WHAT THE EXERCISE ASKS:
Below are entries. Pull out all lines containing "BuildPart".

::::

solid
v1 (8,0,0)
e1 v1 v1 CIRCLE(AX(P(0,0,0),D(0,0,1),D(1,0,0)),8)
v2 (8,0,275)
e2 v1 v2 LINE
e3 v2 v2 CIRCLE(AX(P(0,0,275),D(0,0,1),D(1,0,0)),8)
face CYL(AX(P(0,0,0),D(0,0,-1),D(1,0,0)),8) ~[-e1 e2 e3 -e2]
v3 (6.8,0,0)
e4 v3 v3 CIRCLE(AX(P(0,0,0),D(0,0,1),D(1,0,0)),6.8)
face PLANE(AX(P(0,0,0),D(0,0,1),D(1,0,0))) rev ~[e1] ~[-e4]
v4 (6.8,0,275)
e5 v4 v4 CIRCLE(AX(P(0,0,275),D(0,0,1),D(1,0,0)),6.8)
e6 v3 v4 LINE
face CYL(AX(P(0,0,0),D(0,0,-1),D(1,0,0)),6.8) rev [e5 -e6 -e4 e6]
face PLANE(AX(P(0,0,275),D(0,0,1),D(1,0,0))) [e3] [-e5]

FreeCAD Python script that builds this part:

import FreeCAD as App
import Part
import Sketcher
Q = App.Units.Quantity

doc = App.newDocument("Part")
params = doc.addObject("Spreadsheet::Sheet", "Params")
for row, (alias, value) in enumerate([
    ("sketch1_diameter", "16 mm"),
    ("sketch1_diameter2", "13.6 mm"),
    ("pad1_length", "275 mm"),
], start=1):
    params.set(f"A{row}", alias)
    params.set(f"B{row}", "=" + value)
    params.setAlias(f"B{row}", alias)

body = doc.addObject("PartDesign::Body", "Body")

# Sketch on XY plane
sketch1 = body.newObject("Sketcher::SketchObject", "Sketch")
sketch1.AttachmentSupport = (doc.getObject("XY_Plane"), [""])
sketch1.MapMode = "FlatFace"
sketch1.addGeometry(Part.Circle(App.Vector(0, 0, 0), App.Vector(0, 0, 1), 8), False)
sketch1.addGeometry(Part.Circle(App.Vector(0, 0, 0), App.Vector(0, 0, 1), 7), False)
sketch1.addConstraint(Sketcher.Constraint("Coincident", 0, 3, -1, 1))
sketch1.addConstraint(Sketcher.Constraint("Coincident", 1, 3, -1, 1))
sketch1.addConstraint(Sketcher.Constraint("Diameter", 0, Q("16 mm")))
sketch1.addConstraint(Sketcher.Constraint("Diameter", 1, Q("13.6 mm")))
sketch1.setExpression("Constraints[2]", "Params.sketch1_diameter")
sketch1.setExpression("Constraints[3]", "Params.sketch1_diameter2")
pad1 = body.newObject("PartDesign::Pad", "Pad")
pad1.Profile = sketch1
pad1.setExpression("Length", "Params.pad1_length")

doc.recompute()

::::

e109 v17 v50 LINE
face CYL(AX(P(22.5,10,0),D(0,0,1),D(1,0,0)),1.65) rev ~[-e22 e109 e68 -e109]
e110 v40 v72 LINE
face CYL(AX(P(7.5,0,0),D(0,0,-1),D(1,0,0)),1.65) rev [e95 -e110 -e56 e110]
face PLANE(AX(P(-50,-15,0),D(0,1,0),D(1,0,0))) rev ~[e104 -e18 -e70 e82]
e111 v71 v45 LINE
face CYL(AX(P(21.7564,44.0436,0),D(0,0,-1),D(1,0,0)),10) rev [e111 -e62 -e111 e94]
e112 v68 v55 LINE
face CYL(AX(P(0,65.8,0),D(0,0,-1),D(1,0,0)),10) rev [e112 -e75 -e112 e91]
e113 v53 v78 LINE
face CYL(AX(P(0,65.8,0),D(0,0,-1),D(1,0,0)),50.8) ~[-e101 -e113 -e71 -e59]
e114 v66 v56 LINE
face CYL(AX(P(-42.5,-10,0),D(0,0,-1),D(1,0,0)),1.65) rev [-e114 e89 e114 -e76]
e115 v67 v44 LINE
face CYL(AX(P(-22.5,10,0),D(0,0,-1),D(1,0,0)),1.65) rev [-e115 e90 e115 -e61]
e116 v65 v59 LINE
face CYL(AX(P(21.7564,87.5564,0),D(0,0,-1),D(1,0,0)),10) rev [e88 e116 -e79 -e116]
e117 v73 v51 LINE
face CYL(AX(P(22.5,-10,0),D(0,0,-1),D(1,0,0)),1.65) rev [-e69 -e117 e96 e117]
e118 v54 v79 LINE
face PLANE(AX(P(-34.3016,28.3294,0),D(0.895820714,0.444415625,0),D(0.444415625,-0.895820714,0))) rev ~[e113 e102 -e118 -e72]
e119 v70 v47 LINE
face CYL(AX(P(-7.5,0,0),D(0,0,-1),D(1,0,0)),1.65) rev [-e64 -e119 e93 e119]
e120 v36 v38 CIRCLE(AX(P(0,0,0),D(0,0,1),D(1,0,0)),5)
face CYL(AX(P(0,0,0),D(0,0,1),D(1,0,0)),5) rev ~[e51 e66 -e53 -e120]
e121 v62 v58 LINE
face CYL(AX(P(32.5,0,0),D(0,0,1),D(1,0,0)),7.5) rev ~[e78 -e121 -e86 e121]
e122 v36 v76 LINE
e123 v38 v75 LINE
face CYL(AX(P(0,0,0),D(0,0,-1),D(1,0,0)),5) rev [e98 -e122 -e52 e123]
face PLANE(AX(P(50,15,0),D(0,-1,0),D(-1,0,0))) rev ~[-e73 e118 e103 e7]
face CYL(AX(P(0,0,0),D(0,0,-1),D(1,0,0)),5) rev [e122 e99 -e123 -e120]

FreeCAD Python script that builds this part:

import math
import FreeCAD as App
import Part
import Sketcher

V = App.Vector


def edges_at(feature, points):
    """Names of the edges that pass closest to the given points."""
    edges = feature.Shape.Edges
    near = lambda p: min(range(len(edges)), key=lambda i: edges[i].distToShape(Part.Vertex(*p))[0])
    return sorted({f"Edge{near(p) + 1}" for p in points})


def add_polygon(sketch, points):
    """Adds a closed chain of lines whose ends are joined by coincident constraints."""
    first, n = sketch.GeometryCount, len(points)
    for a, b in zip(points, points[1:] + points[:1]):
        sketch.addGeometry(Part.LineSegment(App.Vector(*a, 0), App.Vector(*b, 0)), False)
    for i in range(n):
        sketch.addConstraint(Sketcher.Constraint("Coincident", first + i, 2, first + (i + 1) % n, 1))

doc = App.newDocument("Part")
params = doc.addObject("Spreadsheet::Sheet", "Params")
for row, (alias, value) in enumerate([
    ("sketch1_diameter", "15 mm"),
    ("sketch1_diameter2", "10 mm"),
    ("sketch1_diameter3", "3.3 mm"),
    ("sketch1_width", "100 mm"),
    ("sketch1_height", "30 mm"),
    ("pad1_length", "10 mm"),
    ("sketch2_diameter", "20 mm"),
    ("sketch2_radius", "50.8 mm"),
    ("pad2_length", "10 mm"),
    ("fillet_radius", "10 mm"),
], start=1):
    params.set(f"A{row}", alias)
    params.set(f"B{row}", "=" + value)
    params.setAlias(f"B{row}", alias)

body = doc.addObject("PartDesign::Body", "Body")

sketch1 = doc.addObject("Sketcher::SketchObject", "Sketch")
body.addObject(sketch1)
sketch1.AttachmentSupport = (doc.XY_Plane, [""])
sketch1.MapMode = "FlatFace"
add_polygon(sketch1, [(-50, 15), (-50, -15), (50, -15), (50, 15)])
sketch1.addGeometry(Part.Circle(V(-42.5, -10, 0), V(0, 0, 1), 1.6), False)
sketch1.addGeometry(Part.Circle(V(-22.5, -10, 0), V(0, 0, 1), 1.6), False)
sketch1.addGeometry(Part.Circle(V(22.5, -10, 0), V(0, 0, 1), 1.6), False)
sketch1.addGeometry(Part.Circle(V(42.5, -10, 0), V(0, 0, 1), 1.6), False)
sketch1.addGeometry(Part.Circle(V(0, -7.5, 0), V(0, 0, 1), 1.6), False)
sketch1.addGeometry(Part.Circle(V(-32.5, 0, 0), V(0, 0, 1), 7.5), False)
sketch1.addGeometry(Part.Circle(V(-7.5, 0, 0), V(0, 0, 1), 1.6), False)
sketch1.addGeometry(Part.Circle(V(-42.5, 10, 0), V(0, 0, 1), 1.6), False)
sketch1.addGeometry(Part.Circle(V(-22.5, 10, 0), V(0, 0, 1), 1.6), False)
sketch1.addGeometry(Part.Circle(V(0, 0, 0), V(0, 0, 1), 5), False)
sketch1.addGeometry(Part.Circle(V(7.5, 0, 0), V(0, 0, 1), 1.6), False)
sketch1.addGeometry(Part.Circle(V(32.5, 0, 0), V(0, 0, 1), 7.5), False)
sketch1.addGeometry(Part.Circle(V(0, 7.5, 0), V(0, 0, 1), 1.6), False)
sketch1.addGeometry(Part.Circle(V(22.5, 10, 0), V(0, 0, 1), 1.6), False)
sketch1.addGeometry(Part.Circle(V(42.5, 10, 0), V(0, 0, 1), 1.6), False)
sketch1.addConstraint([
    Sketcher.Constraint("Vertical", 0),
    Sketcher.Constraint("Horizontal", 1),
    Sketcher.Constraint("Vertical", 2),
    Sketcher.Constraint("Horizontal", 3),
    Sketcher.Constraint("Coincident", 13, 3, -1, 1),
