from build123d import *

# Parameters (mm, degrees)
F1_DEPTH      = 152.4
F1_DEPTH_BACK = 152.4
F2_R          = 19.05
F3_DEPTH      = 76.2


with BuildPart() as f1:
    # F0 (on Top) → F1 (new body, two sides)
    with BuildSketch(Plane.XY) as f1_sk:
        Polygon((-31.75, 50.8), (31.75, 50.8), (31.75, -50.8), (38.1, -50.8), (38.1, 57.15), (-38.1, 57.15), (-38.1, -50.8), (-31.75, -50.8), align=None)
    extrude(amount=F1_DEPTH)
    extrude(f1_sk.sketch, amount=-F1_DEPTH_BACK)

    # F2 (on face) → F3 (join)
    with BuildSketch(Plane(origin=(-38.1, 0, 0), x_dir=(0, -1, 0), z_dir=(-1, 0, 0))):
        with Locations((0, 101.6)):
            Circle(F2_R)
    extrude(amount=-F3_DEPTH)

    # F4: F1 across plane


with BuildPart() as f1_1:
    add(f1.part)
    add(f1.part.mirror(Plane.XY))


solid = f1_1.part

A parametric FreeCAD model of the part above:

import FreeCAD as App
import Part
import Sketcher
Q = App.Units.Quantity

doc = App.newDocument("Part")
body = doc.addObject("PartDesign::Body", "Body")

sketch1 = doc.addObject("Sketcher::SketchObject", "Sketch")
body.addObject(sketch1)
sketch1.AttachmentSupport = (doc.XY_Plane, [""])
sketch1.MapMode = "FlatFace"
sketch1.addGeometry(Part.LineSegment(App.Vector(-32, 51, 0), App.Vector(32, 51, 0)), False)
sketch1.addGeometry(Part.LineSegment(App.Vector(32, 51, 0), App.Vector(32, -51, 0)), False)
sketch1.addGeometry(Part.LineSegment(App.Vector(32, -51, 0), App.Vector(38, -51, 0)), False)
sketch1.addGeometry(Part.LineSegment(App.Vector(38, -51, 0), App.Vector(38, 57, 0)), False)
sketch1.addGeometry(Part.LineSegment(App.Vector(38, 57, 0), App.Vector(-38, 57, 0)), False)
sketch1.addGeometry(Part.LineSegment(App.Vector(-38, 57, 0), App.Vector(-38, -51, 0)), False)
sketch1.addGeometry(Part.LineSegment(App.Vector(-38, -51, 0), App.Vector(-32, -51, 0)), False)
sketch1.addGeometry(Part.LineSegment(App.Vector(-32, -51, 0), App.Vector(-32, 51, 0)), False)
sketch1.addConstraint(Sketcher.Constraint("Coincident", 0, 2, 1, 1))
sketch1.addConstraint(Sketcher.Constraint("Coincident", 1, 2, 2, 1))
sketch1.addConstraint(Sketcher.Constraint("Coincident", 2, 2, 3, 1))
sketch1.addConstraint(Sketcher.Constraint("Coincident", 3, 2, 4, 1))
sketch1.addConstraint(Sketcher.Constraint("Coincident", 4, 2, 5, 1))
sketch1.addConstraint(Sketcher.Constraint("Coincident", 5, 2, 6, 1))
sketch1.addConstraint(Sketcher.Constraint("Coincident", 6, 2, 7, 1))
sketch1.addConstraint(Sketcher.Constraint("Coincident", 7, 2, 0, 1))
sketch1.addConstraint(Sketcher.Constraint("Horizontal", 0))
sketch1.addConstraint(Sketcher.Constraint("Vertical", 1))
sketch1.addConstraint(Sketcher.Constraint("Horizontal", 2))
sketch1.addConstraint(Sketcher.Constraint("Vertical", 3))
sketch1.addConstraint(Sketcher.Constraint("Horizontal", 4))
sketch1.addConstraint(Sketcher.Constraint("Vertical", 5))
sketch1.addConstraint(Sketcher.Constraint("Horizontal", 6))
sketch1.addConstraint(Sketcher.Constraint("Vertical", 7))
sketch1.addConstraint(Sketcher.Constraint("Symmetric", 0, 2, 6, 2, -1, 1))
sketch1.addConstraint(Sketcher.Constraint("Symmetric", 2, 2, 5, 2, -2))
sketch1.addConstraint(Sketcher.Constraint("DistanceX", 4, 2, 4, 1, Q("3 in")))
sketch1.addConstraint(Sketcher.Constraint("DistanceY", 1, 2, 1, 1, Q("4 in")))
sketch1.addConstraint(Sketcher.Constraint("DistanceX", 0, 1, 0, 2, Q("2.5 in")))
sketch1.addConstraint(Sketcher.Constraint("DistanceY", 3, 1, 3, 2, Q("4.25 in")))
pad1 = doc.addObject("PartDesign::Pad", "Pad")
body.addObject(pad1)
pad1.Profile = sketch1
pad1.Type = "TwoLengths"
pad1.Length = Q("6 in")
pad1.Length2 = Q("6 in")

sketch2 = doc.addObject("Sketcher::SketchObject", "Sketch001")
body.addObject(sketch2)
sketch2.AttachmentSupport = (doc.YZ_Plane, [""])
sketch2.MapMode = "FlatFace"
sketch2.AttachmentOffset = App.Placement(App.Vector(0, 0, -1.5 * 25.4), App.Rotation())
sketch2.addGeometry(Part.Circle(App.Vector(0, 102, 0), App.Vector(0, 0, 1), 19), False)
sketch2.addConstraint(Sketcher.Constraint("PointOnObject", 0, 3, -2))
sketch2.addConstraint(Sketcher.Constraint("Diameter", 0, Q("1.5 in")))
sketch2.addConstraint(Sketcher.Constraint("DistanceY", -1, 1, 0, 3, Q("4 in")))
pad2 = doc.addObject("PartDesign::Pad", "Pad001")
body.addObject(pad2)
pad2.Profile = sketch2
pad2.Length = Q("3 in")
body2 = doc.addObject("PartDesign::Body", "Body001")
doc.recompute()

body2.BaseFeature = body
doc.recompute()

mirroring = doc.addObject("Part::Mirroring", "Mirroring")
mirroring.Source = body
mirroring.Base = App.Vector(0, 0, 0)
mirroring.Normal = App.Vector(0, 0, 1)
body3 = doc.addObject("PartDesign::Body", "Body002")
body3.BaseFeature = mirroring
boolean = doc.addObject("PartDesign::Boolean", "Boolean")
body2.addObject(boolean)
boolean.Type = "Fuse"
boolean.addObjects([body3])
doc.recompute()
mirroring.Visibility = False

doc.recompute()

::::

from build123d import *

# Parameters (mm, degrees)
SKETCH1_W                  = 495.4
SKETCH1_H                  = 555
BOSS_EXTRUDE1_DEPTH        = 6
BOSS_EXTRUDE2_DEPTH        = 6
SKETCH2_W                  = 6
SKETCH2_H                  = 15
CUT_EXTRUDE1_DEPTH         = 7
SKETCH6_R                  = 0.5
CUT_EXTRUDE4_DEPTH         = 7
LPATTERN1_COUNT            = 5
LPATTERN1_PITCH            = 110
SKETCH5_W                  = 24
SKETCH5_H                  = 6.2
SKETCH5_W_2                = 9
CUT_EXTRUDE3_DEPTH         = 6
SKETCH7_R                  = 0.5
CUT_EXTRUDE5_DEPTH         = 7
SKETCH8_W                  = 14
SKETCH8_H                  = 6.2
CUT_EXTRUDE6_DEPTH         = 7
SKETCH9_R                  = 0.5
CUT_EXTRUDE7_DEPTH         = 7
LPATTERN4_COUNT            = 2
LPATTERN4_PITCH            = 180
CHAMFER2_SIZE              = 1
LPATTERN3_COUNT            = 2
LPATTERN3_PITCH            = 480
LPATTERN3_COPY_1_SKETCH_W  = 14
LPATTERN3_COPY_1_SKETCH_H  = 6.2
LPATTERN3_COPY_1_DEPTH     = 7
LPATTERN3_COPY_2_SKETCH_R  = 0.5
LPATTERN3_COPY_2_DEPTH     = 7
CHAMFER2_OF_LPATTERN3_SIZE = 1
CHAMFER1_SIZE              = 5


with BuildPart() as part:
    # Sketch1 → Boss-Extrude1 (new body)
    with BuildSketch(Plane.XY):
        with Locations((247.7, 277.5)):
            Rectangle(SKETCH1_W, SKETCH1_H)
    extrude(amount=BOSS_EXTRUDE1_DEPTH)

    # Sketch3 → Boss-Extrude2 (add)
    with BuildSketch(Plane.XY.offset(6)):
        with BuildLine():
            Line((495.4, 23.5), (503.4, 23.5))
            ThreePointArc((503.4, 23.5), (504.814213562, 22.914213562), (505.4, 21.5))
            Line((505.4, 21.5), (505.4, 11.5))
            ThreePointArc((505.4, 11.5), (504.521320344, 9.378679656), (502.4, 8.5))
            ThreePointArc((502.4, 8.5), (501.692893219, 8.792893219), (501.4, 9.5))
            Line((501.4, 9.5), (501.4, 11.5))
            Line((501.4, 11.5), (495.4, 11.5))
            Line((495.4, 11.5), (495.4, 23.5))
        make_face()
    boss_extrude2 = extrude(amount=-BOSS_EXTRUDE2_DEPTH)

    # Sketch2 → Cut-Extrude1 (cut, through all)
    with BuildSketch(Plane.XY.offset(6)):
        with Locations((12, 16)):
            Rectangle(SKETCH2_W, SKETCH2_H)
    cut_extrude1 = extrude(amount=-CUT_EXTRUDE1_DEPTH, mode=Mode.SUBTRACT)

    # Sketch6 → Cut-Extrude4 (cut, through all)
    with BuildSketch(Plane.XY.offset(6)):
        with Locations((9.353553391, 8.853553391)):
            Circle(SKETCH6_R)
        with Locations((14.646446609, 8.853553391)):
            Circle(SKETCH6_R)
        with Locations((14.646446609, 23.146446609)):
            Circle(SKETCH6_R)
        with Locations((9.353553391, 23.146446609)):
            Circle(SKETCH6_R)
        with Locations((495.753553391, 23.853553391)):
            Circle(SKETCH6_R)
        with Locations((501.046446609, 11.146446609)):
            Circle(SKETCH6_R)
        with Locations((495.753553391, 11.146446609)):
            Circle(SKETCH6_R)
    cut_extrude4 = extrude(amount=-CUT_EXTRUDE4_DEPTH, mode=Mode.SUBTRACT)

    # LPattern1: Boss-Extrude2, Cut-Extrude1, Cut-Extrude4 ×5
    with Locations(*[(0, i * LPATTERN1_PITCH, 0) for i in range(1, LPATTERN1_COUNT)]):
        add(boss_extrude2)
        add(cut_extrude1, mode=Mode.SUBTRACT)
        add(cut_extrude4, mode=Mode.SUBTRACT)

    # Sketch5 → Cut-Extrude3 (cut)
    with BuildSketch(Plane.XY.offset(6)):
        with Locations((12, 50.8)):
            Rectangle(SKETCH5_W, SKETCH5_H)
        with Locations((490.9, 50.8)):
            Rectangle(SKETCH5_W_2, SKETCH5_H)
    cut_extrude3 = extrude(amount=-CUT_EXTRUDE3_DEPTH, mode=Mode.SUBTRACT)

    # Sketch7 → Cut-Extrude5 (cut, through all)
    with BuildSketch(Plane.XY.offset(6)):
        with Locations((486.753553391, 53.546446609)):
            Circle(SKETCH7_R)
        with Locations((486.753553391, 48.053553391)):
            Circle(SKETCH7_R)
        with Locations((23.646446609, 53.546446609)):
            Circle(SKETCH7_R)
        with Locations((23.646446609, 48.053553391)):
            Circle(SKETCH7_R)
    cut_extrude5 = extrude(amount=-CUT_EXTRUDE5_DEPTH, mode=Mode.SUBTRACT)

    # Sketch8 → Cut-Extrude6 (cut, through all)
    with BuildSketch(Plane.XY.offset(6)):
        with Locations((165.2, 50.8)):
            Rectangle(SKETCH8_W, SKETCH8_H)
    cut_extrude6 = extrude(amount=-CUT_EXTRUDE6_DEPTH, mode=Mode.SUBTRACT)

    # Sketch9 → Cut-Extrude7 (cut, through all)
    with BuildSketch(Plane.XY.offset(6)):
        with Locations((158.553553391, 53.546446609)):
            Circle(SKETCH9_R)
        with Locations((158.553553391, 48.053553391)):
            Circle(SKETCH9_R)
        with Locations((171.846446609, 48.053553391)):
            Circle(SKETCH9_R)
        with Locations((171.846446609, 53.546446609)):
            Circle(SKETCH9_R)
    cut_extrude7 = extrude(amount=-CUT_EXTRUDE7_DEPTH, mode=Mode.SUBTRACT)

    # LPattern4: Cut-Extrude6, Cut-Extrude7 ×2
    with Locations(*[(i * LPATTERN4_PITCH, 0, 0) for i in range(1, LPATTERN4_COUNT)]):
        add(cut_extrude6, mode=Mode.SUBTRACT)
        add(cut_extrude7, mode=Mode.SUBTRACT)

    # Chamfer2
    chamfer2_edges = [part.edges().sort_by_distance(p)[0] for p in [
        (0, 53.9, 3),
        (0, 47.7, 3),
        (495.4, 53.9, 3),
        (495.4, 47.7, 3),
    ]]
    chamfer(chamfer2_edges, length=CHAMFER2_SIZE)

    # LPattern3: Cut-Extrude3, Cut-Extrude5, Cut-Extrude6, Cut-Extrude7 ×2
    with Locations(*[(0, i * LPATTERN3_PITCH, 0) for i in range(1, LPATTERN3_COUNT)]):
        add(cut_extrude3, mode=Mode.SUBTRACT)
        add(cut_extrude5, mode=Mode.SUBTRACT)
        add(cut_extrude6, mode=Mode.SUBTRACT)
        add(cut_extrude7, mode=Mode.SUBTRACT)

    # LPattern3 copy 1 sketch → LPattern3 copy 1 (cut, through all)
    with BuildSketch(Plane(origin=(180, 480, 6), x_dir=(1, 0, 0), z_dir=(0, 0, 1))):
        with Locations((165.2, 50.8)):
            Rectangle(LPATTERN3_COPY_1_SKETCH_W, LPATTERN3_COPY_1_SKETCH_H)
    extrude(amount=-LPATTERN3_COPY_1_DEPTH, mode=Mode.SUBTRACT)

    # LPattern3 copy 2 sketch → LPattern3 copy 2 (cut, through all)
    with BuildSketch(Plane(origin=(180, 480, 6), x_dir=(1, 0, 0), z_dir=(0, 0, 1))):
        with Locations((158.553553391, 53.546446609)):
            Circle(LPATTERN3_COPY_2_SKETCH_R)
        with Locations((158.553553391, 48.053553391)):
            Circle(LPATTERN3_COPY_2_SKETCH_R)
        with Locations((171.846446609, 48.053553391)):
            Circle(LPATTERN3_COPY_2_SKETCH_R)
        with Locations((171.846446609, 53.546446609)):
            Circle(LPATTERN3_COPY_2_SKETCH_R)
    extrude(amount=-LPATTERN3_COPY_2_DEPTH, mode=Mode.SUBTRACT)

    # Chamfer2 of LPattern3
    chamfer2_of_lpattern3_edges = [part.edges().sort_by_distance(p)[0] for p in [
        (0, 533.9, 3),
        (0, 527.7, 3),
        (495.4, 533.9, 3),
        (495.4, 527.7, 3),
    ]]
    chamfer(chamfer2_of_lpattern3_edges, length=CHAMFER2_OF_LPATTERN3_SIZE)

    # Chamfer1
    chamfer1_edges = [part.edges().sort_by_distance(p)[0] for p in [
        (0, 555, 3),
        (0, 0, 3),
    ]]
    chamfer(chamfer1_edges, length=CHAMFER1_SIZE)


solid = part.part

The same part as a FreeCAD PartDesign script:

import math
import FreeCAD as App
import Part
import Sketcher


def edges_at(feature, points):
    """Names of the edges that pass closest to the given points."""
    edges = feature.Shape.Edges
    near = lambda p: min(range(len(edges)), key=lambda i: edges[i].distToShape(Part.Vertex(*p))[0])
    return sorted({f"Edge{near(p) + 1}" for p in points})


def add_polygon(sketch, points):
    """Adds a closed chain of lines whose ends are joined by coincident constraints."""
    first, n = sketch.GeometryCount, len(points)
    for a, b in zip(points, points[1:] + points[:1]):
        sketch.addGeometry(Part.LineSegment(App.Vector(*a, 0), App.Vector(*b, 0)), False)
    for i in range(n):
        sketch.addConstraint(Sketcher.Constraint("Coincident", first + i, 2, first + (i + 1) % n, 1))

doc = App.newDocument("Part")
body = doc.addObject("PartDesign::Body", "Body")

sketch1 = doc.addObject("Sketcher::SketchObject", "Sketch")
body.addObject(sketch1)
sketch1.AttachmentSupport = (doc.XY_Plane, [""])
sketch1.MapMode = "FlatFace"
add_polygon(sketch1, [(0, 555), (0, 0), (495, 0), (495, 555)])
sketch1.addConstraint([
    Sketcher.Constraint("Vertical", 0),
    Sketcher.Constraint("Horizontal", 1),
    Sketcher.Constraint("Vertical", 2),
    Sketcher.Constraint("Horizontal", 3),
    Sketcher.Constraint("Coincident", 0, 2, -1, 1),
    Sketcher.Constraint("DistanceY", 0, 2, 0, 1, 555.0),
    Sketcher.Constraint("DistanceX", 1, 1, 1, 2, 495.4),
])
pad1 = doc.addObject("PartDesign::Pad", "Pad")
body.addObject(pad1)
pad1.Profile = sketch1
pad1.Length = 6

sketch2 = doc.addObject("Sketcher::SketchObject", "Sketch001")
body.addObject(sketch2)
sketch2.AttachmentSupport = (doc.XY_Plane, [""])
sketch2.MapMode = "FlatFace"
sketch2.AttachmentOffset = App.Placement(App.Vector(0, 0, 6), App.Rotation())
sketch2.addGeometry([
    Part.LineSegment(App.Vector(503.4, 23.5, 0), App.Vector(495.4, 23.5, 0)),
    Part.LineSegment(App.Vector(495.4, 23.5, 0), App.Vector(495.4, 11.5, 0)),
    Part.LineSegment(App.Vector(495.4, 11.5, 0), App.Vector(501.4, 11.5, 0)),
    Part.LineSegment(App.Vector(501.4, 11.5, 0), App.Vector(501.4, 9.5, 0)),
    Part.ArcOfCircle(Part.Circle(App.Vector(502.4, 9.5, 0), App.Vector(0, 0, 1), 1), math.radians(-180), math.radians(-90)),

::::

SOLUTION FOR THIS TASK:
with BuildPart() as f1:
with BuildPart() as f1_1:
with BuildPart() as part:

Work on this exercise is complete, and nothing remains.